For many practical recognition applications, the rejection of out-of-vocabulary (OOV) words is an important issue. In this research, automatic speech recognition technology is used to recognize the user's speech from words in a word list. A user not familiar with the system may utter OOV words, which are not included in the system's lexicon or in the specific word list. If no measures are taken, the system will always output a recognition result given any input, which may cause incorrect reactions or incur a high cost. To avoid this problem, confidence measures are computed to make the rejection decision. In case the condition of the test date matches with the condition of the training data, the speech recognition system performs well, as do the posterior-based confidence measures. However, the training and the test data sometime differ, and the performances of recognition may decline owing to the mismatch. This is why robust confidence measures are need in this research.
To improve the robustness of the posterior-based confidence measures, SUN Yanqing, ZHOU Yu, ZHAO Qingwei, YAN Yonhong etc. carried out a series of studies to overcome the above problems.

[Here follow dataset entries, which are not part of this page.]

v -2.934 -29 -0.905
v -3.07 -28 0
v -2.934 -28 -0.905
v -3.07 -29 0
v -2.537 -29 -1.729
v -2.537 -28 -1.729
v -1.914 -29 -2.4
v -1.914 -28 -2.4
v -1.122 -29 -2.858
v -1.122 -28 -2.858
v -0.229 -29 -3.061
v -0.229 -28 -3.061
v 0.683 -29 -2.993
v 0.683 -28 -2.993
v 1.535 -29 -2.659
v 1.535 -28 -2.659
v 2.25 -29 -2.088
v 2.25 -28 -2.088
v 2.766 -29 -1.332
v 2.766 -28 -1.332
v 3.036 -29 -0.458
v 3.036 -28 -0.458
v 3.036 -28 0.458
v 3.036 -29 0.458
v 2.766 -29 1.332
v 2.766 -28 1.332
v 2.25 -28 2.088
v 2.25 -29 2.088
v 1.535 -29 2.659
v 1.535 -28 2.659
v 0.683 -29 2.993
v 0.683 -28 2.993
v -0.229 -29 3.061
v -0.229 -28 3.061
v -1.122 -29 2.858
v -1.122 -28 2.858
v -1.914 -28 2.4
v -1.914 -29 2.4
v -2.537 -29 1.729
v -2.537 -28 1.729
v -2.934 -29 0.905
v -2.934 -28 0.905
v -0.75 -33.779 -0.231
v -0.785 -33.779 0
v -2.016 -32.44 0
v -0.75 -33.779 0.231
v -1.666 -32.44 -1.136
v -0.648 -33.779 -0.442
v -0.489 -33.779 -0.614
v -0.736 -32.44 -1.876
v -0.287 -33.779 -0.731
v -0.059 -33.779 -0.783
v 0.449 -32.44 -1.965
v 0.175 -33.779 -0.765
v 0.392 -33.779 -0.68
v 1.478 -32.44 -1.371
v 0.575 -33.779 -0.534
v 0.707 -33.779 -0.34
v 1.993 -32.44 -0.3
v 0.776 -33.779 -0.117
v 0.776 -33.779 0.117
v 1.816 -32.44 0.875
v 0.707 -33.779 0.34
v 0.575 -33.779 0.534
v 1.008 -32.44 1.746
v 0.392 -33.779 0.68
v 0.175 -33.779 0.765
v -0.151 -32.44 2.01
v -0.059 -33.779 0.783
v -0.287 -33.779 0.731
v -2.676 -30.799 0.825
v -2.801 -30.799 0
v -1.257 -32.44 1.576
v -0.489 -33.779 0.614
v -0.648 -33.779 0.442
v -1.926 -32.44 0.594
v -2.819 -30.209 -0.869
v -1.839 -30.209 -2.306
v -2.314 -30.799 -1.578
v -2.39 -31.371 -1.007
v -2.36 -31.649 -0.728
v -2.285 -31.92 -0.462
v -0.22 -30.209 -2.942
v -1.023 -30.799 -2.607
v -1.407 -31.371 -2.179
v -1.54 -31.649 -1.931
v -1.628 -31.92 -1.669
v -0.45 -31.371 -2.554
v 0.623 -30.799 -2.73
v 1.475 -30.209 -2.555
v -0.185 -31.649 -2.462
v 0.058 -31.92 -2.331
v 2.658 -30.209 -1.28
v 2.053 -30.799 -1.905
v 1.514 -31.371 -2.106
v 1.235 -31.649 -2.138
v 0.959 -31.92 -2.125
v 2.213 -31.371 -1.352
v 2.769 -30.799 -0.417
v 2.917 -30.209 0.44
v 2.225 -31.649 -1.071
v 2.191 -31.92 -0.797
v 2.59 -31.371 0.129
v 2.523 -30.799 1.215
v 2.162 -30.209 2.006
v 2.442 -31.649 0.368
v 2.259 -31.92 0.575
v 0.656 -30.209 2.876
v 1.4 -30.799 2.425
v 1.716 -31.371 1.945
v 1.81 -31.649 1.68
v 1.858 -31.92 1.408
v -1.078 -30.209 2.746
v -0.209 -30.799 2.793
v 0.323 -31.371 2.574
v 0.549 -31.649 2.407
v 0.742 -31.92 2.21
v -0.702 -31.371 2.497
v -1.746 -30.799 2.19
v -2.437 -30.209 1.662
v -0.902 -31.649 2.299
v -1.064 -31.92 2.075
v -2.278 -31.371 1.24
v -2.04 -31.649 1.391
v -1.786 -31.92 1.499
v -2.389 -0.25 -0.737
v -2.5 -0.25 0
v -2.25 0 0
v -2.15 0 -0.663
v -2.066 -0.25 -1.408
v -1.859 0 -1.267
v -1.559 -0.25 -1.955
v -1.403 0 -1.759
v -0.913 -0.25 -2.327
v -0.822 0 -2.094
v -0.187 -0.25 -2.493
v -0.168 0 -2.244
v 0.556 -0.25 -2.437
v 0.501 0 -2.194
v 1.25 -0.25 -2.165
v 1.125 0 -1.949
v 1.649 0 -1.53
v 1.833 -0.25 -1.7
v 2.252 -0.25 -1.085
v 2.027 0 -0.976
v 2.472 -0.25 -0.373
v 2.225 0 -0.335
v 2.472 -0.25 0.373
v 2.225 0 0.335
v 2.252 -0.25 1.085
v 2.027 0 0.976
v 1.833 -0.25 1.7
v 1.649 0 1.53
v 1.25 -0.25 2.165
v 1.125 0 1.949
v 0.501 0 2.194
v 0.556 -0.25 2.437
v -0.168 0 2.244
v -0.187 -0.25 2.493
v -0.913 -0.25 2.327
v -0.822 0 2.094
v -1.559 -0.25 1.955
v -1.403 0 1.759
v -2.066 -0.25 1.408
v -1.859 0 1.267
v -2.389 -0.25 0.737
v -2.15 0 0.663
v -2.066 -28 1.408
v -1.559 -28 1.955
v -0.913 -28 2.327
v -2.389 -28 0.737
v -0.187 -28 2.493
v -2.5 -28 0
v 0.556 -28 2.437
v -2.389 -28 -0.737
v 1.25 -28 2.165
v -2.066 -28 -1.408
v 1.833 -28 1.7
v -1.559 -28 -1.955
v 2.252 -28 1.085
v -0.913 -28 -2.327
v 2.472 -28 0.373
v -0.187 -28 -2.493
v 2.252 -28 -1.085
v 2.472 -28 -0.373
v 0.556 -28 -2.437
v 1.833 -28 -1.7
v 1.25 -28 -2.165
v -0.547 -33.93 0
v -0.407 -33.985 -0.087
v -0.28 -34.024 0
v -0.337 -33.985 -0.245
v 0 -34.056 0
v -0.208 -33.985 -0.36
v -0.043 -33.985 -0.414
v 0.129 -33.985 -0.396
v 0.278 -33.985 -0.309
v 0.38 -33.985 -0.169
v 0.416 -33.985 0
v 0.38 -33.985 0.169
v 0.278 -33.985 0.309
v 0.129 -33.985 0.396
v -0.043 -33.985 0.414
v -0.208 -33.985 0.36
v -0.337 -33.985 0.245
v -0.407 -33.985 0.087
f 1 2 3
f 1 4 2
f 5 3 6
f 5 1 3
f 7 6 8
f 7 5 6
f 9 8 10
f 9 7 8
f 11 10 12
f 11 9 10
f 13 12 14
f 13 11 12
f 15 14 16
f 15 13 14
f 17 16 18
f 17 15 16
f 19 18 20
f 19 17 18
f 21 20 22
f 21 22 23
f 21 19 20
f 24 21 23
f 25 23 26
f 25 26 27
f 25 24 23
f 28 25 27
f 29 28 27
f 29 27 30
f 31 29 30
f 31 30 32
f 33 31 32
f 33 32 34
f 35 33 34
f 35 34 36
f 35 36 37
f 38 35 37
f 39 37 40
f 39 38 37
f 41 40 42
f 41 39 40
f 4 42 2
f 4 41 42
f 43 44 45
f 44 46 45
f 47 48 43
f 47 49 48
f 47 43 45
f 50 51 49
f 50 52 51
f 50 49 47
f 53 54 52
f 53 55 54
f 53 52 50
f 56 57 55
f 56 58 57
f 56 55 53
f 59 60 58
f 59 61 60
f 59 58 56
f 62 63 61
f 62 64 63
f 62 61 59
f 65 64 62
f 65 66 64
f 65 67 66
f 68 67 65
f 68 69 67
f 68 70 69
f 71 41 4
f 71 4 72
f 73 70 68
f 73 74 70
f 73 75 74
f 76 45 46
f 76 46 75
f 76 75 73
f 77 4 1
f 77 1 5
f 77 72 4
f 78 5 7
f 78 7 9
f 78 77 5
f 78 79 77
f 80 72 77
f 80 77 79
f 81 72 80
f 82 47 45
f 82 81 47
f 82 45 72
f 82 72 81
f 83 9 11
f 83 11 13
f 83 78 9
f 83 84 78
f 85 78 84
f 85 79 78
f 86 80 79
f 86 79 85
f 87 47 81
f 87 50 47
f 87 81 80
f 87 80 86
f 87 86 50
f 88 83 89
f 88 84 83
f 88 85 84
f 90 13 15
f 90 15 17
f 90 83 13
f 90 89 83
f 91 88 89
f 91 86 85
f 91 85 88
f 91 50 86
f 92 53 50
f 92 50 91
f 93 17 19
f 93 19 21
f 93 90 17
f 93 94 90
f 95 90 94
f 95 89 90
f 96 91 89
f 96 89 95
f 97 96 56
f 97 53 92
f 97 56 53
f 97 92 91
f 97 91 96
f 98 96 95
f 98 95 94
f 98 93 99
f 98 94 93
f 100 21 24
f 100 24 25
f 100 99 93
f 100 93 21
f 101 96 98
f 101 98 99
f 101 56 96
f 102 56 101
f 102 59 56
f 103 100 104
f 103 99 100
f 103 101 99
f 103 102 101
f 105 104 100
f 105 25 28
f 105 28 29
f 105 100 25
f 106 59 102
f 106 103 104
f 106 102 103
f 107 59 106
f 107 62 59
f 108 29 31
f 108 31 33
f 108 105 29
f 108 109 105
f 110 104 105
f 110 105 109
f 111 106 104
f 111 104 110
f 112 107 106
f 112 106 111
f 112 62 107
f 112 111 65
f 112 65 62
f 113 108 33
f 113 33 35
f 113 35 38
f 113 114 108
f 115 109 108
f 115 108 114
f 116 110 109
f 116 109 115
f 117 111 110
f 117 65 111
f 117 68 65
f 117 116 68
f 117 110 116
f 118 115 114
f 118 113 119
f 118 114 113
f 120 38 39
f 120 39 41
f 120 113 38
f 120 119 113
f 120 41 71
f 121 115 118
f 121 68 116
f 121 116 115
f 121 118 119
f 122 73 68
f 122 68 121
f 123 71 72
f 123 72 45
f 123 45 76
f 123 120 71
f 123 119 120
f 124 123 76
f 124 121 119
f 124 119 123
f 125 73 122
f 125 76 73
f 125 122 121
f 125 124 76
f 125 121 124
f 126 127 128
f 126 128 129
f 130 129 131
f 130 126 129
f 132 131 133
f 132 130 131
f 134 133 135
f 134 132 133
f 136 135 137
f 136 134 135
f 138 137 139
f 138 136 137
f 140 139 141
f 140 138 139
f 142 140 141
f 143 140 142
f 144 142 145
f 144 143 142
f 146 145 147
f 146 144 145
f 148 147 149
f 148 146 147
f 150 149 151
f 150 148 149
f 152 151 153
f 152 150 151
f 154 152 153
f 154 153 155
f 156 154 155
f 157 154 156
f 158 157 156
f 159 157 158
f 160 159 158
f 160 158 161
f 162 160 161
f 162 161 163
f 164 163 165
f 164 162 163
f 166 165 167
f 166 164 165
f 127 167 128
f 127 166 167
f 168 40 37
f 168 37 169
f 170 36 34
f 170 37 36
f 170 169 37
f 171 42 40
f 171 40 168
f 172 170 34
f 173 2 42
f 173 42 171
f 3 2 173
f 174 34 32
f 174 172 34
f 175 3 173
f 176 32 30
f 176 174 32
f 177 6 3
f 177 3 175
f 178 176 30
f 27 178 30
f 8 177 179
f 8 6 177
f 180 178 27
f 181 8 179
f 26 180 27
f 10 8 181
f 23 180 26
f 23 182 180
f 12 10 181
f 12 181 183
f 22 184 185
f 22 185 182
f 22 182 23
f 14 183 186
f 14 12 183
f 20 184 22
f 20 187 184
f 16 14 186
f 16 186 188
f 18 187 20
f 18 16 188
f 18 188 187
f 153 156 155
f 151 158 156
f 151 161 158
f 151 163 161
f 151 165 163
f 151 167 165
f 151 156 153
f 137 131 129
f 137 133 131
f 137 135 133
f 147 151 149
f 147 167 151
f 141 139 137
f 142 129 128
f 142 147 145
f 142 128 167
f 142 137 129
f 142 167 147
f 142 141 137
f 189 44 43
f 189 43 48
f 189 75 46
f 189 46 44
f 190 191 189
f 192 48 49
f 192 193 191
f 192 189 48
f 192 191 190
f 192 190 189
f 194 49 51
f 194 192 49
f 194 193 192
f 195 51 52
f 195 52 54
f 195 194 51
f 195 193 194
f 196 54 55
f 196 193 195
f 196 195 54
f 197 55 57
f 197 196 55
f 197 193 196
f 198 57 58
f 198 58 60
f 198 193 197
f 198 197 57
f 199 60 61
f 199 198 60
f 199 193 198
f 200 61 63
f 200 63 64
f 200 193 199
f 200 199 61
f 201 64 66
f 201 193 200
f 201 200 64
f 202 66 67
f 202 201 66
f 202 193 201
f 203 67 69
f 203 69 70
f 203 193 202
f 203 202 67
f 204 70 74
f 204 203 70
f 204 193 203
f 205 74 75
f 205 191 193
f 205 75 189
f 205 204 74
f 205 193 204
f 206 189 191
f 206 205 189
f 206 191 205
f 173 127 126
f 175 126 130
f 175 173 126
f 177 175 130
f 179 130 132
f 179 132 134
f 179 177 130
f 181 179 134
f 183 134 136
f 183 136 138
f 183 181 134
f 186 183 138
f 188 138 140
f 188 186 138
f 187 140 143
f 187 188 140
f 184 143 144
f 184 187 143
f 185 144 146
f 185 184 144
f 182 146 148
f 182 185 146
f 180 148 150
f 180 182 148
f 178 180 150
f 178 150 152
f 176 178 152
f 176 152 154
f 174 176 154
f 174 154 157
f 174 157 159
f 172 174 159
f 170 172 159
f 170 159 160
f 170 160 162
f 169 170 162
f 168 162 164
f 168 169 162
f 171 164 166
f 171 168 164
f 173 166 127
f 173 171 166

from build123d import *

# Parameters (mm, degrees)
CHAMFER1_SIZE = 0.25


with BuildPart() as part:
    # Sketch1 → Revolve1 (revolve)
    with BuildSketch(Plane.XY, mode=Mode.PRIVATE) as revolve1_sk:
        with BuildLine():
            Line((0, 0), (2.5, 0))
            Line((2.5, 0), (2.5, -28))
            Line((2.5, -28), (3.07, -28))
            Line((3.07, -28), (3.07, -29))
            ThreePointArc((3.07, -29), (2.469307539, -31.648711382), (0.784764826, -33.779161865))
            ThreePointArc((0.784764826, -33.779161865), (0.416115665, -33.984911425), (0, -34.05620546))
            Line((0, -34.05620546), (0, 0))
        make_face()
    revolve(revolve1_sk.sketch.rotate(Axis((0, 0, 0), (0, -1, 0)), 180), axis=Axis((0, 0, 0), (0, -1, 0)))

    # Chamfer1
    chamfer1_edges = [part.edges().sort_by_distance(p)[0] for p in [
        (2.5, 0, 0),
    ]]
    chamfer(chamfer1_edges, length=CHAMFER1_SIZE)


solid = part.part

In the study, they improve the robustness of the posterior-based confidence measures by utilizing entropy information, which is calculated for speech-unit-level posteriors using only the best recognition result, without requiring a larger computational load than conventional methods. Using different normalization methods, two posterior-based entropy confidence measures are proposed. They discuss the practical details for two typical levels of hidden Markov model (HMM)-based posterior confidence measures, and both levels are compared in terms of their performances. Experiment results show that the entropy information results in significant improvements in the posterior-based confidence measures. The absolute improvements of the out-of-vocabulary (OOV) rejection rate are more than 20% for both the phoneme-level confidence measures and the state-level confidence measures for our embedded test sets, without a significant decline of the in-vocabulary accuracy.